In 1989, when Michael Stephenson was 10, he was cast in a low-budget indie film called “Goblins.” He hoped it would become another “Gremlins,” but that hope didn’t last long.

“These goblins prepare a meal for my family that would turn them into plants so the goblins could eat them,” recalls Stephenson. “The script says that I act possessed to distract my parents from eating the food. Well, [the Italian director] says, ‘Possessed — boring bulls – – t! You stand on the chair and you piss on the table. That’s how you’ll save your family.’ And I remember thinking, ‘What? I have to pee on the food?’”

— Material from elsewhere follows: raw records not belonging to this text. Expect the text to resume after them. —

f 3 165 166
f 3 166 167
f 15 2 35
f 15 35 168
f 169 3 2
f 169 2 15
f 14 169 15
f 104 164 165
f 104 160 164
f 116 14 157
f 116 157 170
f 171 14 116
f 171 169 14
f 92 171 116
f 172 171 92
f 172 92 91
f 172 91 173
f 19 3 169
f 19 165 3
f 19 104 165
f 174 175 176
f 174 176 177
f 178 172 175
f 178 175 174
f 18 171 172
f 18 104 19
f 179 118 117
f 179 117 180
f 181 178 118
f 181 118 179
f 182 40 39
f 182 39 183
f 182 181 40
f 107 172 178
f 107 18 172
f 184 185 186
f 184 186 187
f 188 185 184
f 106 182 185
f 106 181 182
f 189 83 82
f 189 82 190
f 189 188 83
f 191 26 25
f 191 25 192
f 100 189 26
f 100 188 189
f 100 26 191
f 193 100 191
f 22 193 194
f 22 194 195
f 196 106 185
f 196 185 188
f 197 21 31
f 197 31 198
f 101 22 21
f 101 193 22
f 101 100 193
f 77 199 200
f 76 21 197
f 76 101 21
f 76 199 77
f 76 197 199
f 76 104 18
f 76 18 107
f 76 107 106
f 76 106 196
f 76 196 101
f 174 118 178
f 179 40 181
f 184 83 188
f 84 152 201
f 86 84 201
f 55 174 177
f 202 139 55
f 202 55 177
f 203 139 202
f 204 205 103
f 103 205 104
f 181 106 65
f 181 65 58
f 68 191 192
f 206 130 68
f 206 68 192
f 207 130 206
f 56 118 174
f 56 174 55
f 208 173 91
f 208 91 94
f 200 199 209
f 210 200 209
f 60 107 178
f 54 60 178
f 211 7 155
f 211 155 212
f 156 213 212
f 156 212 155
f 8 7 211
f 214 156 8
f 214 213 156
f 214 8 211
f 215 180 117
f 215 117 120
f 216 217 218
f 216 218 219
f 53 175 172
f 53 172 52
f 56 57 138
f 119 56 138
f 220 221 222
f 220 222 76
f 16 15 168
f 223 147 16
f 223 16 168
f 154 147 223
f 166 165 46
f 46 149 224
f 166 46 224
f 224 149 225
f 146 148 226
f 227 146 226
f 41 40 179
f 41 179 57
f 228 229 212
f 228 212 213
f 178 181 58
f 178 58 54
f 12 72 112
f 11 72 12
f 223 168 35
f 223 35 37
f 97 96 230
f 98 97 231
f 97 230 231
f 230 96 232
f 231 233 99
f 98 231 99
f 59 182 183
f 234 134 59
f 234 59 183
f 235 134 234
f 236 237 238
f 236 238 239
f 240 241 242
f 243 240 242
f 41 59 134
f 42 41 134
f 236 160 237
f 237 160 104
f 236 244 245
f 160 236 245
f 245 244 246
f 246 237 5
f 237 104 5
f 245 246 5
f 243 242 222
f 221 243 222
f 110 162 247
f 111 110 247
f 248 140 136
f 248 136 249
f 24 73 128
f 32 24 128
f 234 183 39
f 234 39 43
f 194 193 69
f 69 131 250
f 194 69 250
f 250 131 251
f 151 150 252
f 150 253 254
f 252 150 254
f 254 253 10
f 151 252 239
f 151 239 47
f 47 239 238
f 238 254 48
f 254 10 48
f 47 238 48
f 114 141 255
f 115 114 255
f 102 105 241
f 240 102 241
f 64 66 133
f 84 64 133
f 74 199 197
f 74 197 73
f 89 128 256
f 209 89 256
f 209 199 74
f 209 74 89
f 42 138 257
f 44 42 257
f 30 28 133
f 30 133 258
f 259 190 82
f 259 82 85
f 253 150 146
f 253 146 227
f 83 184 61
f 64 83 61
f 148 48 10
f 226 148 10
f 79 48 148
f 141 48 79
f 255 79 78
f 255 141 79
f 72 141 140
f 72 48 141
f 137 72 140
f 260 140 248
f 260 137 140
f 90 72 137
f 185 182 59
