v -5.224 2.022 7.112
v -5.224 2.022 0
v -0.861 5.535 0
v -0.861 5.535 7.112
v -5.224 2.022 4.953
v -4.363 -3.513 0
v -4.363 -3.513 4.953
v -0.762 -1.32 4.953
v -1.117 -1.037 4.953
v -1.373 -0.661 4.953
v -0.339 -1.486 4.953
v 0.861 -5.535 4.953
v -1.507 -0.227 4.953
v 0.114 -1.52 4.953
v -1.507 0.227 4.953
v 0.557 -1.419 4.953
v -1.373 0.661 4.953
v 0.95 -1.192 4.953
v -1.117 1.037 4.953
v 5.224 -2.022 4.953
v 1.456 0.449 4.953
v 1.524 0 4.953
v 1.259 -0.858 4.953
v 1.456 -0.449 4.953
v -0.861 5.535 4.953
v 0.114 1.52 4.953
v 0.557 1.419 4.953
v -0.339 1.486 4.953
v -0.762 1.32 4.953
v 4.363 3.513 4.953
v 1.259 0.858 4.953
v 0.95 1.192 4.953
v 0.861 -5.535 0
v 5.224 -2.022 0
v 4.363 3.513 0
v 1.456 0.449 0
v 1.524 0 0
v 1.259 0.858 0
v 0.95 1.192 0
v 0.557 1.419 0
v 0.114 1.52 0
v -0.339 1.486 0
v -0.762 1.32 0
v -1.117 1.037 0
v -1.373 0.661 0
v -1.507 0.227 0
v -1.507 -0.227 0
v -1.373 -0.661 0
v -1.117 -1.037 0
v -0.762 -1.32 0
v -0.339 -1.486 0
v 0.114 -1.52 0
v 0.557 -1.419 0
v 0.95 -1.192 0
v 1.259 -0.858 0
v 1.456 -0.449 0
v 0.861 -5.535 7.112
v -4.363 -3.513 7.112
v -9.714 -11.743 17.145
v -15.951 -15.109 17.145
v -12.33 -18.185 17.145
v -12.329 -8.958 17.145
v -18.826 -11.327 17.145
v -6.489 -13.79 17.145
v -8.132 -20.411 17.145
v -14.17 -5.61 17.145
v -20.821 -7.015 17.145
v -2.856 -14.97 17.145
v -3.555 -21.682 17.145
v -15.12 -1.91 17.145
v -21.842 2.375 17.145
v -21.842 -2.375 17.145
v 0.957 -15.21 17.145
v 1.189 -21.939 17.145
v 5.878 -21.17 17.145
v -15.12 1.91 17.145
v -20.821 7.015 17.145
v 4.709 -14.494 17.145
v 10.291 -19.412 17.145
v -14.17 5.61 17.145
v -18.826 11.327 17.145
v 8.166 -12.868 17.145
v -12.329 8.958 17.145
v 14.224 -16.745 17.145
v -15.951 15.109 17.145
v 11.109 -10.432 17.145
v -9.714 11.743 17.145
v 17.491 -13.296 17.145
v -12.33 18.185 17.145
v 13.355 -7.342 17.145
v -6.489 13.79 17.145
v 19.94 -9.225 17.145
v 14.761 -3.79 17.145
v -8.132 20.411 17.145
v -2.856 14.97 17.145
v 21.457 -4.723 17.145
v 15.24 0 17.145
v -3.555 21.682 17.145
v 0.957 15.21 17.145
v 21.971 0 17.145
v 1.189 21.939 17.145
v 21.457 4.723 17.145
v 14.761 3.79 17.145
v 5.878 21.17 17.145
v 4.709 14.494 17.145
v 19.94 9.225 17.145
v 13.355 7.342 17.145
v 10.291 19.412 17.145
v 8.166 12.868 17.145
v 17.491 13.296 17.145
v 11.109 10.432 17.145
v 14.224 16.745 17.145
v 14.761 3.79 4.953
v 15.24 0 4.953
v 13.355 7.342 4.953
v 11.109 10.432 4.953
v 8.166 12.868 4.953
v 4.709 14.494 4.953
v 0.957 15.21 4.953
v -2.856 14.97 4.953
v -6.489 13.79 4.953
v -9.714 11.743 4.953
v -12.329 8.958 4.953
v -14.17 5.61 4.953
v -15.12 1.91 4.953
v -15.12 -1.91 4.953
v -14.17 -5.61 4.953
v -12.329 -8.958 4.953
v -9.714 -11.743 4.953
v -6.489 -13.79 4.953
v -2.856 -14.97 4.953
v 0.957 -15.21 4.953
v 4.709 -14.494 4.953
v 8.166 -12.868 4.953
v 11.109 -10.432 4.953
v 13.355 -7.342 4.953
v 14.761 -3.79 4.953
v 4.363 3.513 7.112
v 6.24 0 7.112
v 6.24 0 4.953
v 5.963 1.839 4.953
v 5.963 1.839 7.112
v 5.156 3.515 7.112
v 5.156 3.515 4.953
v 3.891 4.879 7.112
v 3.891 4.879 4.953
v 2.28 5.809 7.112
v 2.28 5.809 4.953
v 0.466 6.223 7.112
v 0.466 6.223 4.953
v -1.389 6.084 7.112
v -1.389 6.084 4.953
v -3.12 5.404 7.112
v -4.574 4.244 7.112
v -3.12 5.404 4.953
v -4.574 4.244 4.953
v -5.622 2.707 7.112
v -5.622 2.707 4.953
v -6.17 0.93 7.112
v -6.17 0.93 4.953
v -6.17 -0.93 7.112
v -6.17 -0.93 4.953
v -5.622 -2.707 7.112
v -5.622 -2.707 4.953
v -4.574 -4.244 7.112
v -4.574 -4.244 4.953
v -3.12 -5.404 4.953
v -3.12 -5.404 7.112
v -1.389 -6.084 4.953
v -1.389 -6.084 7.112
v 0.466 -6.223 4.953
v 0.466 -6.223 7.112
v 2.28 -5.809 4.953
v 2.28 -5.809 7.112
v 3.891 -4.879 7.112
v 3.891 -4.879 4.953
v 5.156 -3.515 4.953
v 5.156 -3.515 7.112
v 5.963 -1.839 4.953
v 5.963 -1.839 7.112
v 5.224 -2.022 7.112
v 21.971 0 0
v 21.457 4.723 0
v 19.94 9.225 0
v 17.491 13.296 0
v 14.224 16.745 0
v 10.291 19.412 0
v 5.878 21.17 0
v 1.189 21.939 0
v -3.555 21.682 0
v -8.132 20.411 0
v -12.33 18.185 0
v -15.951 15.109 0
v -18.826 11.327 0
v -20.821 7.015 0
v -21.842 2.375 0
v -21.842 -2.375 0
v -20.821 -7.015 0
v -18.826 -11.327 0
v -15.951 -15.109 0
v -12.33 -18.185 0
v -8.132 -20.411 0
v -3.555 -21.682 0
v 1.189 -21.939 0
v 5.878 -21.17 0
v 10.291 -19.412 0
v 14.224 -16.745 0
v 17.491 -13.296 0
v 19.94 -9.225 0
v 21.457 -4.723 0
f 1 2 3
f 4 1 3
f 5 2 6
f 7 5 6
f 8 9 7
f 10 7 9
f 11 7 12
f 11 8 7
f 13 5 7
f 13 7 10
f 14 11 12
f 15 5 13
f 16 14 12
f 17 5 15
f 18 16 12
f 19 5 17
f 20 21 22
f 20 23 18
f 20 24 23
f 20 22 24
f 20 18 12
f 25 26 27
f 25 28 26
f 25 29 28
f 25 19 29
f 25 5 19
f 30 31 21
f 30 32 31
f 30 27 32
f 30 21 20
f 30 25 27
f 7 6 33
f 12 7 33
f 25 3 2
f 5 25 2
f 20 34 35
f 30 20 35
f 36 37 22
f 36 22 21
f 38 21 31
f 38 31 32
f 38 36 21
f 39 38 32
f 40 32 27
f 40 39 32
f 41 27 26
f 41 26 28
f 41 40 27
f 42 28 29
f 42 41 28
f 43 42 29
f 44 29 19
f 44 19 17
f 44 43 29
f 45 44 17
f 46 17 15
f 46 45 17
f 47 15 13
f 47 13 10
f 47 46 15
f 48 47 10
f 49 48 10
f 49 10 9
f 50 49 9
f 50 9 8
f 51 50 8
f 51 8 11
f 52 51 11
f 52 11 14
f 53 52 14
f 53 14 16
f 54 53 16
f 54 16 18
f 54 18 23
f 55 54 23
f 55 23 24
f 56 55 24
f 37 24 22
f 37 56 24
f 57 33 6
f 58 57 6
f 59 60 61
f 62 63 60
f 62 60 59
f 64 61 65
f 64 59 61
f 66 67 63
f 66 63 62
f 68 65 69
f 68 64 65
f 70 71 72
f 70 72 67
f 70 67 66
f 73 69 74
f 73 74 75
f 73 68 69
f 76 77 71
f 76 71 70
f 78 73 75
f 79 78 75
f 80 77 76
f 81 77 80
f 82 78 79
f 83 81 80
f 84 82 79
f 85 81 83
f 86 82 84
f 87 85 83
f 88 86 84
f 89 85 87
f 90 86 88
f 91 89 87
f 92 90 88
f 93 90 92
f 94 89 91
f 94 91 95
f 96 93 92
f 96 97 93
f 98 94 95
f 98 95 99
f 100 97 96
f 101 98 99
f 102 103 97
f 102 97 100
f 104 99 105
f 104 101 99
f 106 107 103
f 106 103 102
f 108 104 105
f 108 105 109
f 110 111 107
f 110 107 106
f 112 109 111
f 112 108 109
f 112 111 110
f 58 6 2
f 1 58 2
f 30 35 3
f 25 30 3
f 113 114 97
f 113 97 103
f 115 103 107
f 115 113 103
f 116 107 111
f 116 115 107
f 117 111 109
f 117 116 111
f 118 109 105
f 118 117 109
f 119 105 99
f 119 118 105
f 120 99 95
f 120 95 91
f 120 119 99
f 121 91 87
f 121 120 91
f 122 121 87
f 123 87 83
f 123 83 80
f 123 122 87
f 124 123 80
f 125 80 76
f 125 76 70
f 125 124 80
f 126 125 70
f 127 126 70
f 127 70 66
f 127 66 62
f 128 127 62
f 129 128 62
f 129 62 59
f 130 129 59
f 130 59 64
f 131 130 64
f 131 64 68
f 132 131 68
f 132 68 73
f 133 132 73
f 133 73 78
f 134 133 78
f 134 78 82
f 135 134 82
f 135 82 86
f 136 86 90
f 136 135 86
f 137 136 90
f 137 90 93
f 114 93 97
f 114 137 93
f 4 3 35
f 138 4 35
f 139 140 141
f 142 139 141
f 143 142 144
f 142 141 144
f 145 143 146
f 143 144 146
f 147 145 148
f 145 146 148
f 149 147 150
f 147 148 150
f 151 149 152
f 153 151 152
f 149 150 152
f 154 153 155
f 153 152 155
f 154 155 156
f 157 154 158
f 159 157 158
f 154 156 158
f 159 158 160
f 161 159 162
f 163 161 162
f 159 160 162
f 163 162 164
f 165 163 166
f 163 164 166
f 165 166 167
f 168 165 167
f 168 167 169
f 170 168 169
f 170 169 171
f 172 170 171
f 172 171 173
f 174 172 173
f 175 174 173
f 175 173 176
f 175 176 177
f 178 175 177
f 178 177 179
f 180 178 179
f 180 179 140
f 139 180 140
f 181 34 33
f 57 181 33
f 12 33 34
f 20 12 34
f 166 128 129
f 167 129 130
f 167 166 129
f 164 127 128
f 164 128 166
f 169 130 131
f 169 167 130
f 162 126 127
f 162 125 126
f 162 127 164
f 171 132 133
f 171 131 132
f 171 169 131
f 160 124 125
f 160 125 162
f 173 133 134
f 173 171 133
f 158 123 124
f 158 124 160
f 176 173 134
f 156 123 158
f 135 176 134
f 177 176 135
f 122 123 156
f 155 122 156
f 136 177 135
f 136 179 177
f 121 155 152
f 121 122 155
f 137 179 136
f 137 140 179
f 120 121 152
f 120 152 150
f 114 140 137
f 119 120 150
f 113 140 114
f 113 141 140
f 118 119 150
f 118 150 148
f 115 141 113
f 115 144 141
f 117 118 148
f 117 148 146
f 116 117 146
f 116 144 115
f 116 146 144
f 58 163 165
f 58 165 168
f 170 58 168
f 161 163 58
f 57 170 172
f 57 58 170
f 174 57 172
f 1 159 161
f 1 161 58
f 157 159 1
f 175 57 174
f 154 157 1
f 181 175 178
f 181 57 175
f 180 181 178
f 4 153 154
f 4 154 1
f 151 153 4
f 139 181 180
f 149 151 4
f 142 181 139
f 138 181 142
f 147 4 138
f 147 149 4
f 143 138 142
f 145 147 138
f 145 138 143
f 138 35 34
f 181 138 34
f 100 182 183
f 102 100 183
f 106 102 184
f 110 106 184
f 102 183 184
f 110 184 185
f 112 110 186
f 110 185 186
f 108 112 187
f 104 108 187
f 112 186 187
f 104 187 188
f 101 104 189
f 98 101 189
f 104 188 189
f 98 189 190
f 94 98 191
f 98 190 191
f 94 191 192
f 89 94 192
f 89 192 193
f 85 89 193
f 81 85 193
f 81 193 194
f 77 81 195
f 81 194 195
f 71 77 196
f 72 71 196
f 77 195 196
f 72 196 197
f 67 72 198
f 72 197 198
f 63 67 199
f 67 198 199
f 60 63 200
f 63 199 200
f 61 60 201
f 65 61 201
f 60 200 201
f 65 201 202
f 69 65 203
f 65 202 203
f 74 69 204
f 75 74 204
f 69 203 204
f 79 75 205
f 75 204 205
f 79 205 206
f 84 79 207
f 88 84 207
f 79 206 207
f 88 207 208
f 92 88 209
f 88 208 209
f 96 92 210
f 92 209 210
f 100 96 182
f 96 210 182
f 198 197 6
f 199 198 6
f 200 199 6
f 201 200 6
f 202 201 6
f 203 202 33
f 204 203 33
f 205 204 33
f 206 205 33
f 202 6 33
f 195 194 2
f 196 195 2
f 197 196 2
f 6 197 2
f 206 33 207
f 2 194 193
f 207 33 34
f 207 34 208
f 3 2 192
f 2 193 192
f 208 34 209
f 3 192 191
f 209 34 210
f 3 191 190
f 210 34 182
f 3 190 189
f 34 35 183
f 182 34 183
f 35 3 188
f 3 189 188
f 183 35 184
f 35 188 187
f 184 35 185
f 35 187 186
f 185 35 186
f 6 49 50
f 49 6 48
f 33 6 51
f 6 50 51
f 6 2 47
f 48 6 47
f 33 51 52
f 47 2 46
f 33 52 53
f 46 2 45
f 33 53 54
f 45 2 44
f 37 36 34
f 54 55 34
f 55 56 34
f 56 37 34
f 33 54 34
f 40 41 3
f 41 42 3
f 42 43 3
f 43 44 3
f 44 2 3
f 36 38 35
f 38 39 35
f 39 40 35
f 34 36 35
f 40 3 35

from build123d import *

# Parameters (mm, degrees)
F0_R     = 1.524
F1_DEPTH = 4.953
F0_R_2   = 6.240044
F2_DEPTH = 7.112
F3_R     = 15.494
F3_R_2   = 5.855876
F4_DEPTH = 4.953
F5_R     = 21.971
F5_R_2   = 15.24
F6_DEPTH = 17.145


with BuildPart() as f1:
    # F0 (on Top) → F1 (new body)
    with BuildSketch(Plane.XY):
        Polygon((-0.860959, 5.535358), (-5.224241, 2.022067), (-4.363281, -3.513292), (0.860959, -5.535358), (5.224241, -2.022067), (4.363281, 3.513292), align=None)
        Circle(F0_R, mode=Mode.SUBTRACT)
    extrude(amount=F1_DEPTH)


with BuildPart() as f2:
    # F0 (on Top) → F2 (new body)
    with BuildSketch(Plane.XY):
        Circle(F0_R_2)
        Polygon((-4.363281, -3.513292), (-5.224241, 2.022067), (-0.860959, 5.535358), (4.363281, 3.513292), (5.224241, -2.022067), (0.860959, -5.535358), align=None, mode=Mode.SUBTRACT)
    extrude(amount=F2_DEPTH)

    # F3 (on Top) → F4 (join)
    with BuildSketch(Plane.XY):
        Circle(F3_R)
        Circle(F3_R_2, mode=Mode.SUBTRACT)
    extrude(amount=F4_DEPTH)

    # F5 (on Top) → F6 (join)
    with BuildSketch(Plane.XY):
        Circle(F5_R)
        Circle(F5_R_2, mode=Mode.SUBTRACT)
    extrude(amount=F6_DEPTH)


solid = Compound([f1.part, f2.part])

Eventually released as “Troll 2,” the film was quickly regarded as one of the worst movies ever made. With a dentist in the lead role, “trolls” played by actors in burlap sacks with gloves taped to them, and a script translated by its Italian screenwriter using an American dictionary, the result eventually reached No. 1 on IMDb’s “Bottom 100.”

So Stephenson was caught off guard when, in 2006, he started getting e-mails about “Troll 2” parties, where fans watched the film dressed as goblins and held “Trollympics” sporting events. By then an aspiring filmmaker, Stephenson began filming these parties, and tracked down the cast and crew for a documentary about the phenomenon.

“Best Worst Movie,” out Friday, introduces characters like Dr. George Hardy, the Alabama dentist who played Stephenson’s father and who revels in his new cult status, and Claudio Fragasso, the director who, to this day, fails to comprehend the irony of the film’s newfound popularity.

Calling “Troll 2” a “parable,” Fragasso tells Stephenson how it “examines serious, important issues,” and that it’s “an important film about the union of family.” When cast members refer to the film disparagingly at a festival Q&A, he calls them “these actor dogs.”

But after meeting hundreds of die-hard “Troll 2” fans, Stephenson himself now sees the film in a somewhat different light.

“There is a lack of cynicism and irony in the making of the film itself. It’s a genuine failure,” he says. “As horrible as the film is, you can see the heart.”